This repositeory contains the optical flow model used in our article "OMNI-CONV: Generalization of the Omnidirectional Distortion-Aware Convolutions".
@article{Artizzu2023,
title = {{OMNI-CONV: Generalization of the Omnidirectional Distortion-Aware Convolutions}},
author = {Artizzu, Charles-Olivier and Allibert, Guillaume and Demonceaux, Cédric},
year = 2023,
journal = {Journal of Imaging},
volume = 9,
number = 2,
article-number = 29,
url = {https://www.mdpi.com/2313-433X/9/2/29},
pubmedid = 36826948,
issn = {2313-433X},
doi = {10.3390/jimaging9020029}
}
Preivous work on optical flow estimation: https://github.com/COATZ/OmniFlowNet .

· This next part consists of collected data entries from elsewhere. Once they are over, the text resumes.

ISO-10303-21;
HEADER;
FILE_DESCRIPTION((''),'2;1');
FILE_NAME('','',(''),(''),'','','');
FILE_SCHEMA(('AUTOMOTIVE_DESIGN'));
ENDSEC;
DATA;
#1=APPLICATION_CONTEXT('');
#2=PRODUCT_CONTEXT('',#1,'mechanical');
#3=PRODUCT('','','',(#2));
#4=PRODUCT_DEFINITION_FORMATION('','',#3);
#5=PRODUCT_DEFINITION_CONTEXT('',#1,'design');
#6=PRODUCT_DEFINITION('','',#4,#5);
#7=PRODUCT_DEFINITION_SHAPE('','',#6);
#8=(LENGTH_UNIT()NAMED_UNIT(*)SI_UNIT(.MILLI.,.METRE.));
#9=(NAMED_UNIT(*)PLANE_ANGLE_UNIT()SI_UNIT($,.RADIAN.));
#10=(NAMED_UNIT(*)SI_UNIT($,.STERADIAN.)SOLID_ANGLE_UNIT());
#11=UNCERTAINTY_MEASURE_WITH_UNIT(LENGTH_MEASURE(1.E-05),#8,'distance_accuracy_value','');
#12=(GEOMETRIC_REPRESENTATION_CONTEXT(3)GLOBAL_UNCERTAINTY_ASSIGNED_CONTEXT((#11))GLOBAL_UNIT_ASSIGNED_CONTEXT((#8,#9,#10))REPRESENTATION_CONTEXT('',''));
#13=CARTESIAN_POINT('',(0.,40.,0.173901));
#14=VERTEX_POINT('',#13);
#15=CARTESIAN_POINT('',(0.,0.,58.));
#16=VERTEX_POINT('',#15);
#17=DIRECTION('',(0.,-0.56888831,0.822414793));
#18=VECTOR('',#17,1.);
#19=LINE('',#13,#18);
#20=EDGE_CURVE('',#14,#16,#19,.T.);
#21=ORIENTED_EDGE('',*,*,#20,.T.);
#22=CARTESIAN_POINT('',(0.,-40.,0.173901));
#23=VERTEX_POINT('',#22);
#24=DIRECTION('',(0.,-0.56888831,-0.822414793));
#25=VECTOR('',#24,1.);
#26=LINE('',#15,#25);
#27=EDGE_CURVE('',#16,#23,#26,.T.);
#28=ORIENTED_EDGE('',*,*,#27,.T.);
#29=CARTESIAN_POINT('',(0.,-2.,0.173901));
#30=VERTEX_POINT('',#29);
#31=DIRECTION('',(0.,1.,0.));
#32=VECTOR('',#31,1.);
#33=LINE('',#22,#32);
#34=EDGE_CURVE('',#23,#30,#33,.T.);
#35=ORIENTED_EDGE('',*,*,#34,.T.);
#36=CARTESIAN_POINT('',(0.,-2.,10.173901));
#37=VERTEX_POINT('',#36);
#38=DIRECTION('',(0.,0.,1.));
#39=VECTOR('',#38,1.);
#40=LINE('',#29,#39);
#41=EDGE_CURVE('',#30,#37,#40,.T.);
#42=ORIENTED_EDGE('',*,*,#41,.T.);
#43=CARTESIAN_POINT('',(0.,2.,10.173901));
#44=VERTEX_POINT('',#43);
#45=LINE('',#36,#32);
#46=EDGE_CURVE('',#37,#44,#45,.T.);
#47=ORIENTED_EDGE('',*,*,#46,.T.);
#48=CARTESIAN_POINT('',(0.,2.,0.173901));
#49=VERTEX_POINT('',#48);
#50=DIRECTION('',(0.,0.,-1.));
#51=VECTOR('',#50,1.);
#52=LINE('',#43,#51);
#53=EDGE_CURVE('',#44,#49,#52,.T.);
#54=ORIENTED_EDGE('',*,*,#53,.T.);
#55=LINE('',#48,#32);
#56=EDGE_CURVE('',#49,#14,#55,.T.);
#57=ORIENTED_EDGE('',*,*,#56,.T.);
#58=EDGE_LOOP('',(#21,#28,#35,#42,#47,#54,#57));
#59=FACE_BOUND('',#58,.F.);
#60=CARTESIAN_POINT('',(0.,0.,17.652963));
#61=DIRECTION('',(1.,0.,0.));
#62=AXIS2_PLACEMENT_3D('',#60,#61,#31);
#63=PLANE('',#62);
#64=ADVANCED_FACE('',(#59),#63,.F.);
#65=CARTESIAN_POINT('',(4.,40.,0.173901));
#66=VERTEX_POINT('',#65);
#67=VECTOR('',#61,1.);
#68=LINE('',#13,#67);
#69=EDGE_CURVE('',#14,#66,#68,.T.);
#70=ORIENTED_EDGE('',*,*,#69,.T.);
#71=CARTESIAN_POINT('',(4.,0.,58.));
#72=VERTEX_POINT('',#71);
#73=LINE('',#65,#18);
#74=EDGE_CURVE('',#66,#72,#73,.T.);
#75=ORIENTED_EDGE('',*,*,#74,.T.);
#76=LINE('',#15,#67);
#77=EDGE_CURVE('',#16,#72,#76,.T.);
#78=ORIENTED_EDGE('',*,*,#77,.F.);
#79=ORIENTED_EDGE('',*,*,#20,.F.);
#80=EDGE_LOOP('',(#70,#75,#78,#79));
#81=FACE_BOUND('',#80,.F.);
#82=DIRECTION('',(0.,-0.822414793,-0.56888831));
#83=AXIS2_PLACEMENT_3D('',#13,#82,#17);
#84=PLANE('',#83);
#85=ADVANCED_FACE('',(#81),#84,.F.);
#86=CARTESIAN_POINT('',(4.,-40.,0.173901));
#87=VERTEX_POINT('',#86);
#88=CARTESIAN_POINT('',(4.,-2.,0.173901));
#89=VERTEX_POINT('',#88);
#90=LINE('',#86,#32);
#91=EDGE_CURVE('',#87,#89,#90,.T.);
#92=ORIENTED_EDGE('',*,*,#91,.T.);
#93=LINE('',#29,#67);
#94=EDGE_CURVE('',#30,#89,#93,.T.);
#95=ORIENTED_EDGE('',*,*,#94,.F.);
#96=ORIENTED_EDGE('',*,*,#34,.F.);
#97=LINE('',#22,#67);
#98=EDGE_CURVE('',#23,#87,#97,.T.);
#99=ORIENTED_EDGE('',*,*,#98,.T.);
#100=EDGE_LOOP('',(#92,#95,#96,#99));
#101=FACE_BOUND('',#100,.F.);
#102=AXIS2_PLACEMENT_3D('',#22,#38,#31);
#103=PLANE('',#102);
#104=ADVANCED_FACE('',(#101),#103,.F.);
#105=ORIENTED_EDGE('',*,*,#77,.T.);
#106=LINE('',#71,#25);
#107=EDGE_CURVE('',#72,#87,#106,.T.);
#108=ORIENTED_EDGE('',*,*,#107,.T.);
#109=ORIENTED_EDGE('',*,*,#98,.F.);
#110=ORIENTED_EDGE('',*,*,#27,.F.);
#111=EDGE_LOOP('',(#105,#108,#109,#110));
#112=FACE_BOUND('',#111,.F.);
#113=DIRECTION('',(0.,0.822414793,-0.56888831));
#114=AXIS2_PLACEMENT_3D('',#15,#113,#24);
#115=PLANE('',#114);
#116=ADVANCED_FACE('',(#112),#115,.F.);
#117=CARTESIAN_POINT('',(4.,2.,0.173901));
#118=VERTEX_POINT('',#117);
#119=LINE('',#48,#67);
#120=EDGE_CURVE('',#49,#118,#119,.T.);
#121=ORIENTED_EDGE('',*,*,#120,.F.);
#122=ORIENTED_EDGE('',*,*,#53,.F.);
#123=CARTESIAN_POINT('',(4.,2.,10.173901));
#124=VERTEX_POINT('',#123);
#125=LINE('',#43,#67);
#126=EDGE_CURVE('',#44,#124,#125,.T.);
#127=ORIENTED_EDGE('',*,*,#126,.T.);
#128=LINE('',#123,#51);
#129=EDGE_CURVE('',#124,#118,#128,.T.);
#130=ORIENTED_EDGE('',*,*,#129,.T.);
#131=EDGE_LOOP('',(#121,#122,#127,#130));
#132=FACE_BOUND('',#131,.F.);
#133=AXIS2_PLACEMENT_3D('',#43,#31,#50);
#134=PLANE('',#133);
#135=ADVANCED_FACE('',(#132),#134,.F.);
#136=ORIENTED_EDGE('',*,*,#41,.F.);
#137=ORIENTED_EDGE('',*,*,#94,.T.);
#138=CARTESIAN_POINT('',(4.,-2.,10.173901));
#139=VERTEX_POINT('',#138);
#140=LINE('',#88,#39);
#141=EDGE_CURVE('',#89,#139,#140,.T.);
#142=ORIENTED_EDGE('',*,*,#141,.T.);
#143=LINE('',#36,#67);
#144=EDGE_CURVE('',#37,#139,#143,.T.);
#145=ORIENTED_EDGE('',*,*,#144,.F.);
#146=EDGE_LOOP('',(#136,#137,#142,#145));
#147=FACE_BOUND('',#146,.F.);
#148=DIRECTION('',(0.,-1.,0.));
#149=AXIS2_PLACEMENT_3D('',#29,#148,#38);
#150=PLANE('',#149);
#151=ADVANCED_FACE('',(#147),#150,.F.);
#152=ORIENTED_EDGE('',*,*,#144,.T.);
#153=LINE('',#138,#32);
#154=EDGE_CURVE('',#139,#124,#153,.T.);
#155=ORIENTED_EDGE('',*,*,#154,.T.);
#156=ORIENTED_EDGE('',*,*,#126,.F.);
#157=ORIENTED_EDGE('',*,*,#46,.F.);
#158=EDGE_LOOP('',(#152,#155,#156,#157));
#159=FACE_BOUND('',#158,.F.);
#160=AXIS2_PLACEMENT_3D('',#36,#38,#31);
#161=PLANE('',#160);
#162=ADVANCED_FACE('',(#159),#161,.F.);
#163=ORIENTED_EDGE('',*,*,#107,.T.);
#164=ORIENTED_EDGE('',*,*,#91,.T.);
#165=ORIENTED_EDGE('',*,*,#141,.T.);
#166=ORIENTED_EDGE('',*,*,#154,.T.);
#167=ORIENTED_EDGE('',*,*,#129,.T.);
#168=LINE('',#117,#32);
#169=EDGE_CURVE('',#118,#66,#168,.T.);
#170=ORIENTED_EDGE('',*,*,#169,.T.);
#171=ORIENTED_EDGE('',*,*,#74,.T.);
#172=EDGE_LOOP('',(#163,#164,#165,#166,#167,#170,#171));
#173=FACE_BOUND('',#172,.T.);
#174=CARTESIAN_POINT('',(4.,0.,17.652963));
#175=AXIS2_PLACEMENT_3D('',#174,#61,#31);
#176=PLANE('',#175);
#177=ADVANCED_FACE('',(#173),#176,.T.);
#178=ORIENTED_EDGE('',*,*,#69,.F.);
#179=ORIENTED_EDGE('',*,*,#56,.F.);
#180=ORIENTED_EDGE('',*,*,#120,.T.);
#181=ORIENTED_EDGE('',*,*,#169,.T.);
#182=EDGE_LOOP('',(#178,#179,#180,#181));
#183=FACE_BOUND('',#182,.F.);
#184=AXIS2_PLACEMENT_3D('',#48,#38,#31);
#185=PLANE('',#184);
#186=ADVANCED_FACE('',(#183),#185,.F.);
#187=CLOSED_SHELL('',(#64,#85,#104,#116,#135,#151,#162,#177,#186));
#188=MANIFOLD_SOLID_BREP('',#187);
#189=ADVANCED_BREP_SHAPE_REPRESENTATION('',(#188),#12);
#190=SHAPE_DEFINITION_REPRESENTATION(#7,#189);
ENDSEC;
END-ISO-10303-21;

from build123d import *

# Parameters (mm, degrees)
PAD_DEPTH = 4


with BuildPart() as part:
    # Sketch → Pad (new body)
    with BuildSketch(Plane.YZ):
        Polygon((0, 58), (-40, 0.173901), (-2, 0.173901), (-2, 10.173901), (2, 10.173901), (2, 0.173901), (40, 0.173901), align=None)
    extrude(amount=PAD_DEPTH)


solid = part.part
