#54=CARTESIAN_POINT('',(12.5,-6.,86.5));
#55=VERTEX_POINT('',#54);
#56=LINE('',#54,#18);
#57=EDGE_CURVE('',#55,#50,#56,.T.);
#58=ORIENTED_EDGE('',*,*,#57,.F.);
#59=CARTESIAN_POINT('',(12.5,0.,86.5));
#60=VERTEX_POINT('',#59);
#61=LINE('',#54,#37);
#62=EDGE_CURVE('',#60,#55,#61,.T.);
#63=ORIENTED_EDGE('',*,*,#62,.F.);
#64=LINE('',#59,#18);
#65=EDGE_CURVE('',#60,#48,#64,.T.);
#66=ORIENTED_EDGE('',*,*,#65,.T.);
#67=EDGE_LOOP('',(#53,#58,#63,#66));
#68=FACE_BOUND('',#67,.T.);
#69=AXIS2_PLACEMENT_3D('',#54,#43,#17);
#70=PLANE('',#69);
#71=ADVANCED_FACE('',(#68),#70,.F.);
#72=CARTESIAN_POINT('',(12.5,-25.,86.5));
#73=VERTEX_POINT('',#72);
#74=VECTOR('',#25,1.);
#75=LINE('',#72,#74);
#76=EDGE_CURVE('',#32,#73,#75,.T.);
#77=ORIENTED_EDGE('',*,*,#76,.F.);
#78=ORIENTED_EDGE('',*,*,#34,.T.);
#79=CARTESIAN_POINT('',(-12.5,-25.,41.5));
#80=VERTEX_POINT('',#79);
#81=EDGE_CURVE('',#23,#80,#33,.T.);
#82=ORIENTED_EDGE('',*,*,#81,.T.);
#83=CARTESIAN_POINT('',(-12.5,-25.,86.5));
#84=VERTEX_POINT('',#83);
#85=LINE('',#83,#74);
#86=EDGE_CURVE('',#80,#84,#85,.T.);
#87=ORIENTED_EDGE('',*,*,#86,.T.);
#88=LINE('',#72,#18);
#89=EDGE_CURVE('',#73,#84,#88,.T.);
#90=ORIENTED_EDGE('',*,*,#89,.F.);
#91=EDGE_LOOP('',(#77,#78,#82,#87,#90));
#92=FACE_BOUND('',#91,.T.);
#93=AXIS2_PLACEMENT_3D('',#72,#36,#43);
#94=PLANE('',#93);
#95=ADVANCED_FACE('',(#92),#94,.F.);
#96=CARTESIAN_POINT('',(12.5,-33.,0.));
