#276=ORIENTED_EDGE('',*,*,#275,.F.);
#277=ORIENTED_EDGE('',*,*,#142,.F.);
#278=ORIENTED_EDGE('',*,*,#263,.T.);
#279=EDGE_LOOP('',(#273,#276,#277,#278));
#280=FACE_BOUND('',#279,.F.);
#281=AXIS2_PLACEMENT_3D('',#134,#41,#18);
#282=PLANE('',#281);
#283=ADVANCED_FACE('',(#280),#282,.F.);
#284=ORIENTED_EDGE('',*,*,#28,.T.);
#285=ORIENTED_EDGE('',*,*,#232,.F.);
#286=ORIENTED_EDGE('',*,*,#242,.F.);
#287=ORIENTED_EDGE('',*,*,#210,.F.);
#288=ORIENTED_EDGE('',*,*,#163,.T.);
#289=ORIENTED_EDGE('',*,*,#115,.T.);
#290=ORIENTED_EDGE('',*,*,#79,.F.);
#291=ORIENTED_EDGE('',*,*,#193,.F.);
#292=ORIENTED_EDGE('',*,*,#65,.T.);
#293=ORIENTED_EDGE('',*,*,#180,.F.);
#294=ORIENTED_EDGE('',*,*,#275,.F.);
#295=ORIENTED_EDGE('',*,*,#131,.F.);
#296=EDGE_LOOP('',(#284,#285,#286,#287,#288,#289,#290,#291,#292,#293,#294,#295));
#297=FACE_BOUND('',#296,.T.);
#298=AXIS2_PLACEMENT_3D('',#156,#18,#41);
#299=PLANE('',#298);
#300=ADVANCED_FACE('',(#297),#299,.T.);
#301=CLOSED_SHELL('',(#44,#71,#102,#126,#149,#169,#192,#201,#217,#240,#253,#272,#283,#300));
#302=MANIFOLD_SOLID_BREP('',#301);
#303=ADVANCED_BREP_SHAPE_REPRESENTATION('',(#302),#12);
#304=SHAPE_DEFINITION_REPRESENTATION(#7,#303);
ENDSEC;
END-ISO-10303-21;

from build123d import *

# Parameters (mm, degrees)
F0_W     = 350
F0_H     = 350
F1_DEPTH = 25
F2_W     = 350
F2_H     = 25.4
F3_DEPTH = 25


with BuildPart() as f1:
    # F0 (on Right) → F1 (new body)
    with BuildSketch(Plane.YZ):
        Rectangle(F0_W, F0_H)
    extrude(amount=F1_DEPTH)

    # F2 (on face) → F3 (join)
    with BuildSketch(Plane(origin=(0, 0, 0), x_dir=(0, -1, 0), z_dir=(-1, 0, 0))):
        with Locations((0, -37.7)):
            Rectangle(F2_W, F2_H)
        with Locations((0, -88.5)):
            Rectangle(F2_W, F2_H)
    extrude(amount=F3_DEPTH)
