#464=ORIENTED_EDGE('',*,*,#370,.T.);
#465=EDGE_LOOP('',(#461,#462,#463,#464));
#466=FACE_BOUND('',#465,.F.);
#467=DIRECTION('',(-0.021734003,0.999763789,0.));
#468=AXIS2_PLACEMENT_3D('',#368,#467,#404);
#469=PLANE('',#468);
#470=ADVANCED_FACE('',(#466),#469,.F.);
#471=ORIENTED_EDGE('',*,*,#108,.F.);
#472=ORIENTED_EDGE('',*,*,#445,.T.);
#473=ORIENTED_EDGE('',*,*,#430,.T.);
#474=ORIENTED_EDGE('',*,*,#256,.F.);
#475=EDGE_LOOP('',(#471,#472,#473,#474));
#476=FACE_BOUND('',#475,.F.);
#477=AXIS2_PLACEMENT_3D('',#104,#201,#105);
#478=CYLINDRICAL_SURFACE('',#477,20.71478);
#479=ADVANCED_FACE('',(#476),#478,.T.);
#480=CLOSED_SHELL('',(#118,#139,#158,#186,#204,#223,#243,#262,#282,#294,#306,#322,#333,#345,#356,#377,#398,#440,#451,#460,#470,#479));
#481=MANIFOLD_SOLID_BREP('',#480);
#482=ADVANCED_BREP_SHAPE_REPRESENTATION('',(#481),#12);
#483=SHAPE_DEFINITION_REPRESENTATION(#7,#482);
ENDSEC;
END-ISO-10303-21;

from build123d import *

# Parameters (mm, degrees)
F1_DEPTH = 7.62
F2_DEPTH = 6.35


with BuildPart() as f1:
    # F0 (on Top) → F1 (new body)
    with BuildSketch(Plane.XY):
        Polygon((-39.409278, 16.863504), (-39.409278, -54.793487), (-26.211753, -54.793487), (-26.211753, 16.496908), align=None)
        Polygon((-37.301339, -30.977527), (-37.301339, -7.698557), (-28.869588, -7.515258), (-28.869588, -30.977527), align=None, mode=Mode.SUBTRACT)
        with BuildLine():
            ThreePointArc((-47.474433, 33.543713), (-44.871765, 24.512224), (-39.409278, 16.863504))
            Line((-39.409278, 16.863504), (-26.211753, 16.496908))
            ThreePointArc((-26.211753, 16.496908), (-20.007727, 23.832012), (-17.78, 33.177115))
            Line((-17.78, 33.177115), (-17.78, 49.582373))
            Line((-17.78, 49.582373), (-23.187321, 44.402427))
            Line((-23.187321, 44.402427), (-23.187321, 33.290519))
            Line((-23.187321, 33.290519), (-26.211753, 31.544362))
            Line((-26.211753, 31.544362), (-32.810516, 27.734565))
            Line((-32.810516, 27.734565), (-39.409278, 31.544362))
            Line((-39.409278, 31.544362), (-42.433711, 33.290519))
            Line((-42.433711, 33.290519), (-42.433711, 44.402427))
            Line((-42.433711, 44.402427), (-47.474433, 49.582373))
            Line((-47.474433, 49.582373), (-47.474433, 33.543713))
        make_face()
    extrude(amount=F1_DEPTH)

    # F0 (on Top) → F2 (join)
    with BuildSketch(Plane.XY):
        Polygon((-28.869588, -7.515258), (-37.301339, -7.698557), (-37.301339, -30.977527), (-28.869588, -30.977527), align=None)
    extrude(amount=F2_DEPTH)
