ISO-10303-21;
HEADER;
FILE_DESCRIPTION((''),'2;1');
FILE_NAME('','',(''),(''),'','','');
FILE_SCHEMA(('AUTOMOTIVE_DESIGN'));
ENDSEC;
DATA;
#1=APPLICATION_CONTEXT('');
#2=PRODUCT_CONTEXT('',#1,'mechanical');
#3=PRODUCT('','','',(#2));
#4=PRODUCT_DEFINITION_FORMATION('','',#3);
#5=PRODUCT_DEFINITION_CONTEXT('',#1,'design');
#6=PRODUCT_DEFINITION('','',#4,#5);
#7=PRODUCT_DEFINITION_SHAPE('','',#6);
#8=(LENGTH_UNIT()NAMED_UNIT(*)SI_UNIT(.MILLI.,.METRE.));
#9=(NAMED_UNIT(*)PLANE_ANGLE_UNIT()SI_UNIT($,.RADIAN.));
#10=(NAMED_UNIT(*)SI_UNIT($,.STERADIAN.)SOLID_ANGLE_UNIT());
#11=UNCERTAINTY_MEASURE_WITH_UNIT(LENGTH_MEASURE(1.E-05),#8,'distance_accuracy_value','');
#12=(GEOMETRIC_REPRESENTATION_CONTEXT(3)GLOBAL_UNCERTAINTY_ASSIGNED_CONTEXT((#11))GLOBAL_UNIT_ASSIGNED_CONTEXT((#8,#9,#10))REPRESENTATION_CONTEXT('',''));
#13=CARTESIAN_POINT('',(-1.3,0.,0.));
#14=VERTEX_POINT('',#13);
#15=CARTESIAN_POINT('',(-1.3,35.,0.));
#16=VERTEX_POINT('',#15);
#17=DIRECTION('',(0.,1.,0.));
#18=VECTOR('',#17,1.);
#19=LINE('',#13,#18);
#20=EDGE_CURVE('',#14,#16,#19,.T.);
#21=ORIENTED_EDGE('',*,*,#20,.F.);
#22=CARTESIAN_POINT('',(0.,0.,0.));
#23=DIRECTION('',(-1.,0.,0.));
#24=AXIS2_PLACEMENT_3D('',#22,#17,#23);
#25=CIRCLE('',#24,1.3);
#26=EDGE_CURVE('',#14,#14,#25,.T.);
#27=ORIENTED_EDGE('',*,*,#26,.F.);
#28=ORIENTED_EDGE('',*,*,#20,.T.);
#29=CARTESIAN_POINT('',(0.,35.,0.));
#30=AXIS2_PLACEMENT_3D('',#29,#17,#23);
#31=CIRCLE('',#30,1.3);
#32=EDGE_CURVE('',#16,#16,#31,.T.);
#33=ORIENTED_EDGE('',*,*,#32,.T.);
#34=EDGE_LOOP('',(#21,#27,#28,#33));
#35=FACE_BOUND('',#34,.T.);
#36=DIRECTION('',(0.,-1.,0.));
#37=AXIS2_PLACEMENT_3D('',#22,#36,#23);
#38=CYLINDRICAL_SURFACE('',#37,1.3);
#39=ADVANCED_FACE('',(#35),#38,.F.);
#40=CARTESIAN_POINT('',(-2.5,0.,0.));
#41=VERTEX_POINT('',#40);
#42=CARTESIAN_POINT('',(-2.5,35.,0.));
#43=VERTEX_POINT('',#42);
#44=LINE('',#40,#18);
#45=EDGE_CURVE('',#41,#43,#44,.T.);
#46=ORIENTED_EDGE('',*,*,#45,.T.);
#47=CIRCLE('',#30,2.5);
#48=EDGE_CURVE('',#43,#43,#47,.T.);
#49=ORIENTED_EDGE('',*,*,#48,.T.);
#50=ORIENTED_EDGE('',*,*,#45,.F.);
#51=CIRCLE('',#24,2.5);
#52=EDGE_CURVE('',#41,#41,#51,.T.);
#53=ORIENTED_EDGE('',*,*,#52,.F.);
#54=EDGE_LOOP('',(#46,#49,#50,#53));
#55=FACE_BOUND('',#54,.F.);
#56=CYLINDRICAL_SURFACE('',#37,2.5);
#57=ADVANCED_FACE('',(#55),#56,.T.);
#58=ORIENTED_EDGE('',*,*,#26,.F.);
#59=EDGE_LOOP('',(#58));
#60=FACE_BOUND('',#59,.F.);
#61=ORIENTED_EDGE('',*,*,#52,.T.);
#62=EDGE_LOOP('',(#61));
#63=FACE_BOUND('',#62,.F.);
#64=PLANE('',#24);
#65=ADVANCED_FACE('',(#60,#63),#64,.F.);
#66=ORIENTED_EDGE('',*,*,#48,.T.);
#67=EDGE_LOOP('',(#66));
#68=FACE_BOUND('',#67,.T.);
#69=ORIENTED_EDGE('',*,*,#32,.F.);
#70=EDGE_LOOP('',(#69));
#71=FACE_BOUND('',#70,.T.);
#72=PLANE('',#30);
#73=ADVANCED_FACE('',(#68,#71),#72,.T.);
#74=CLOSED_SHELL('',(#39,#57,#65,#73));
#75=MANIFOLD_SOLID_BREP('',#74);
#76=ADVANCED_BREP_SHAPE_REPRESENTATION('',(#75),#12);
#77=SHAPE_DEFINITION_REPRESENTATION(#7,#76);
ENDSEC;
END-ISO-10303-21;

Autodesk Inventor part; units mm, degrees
ref_plane "YZ Plane" through (0, 0, 0) normal (1, 0, 0) x (0, 1, 0)
ref_plane "XZ Plane" through (0, 0, 0) normal (0, 1, 0) x (-1, 0, 0)
ref_plane "XY Plane" through (0, 0, 0) normal (0, 0, 1) x (1, 0, 0)
sketch "スケッチ1" plane through (0, 0, 0) normal (0, 1, 0) x (-1, 0, 0)
  circle A0 centre (0, 0) radius 2.5
  circle A1 centre (0, 0) radius 1.3
  dimension "d0" = 2.6
  dimension "d1" = 5
extrude "押し出し1" add sketch "スケッチ1" along normal blind 35
properties part number "Spacer_M2.6x30"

Create the python3 env and install packages:
python3 -m venv GMFLOW_ENV;
source GMFLOW_ENV/bin/activate;
pip3 install pytorch, tensorboard, opencv-python
Distortion-aware convolutions for the ENCODER are located in "backbone.py" file from line 85 to 86 and are activated by commenting the appropriate line:
# self.conv1 = nn.Conv2d(3, feature_dims[0], kernel_size=7, stride=2, padding=3, bias=False) # 1/2
self.conv1 = DeformConv2d_sphe(3, feature_dims[0], kernel_size=7, stride=2, padding=3, bias=False) # 1/2
Distortion-aware convolutions for the DECODER are located in "gmflow.py" file from line 47 to 81 and are activated by commenting the appropriate line:
# self.upsampler = nn.Sequential(nn.Conv2d(2 + feature_channels, 256, 3, 1, 1),
# nn.ReLU(inplace=True),
# nn.Conv2d(256, upsample_factor ** 2 * 9, 1, 1, 0))
self.upsampler = nn.Sequential(DeformConv2d_sphe(2 + feature_channels, 256, 3, 1, 1), nn.ReLU(inplace=True), nn.Conv2d(256, upsample_factor ** 2 * 9, 1, 1, 0))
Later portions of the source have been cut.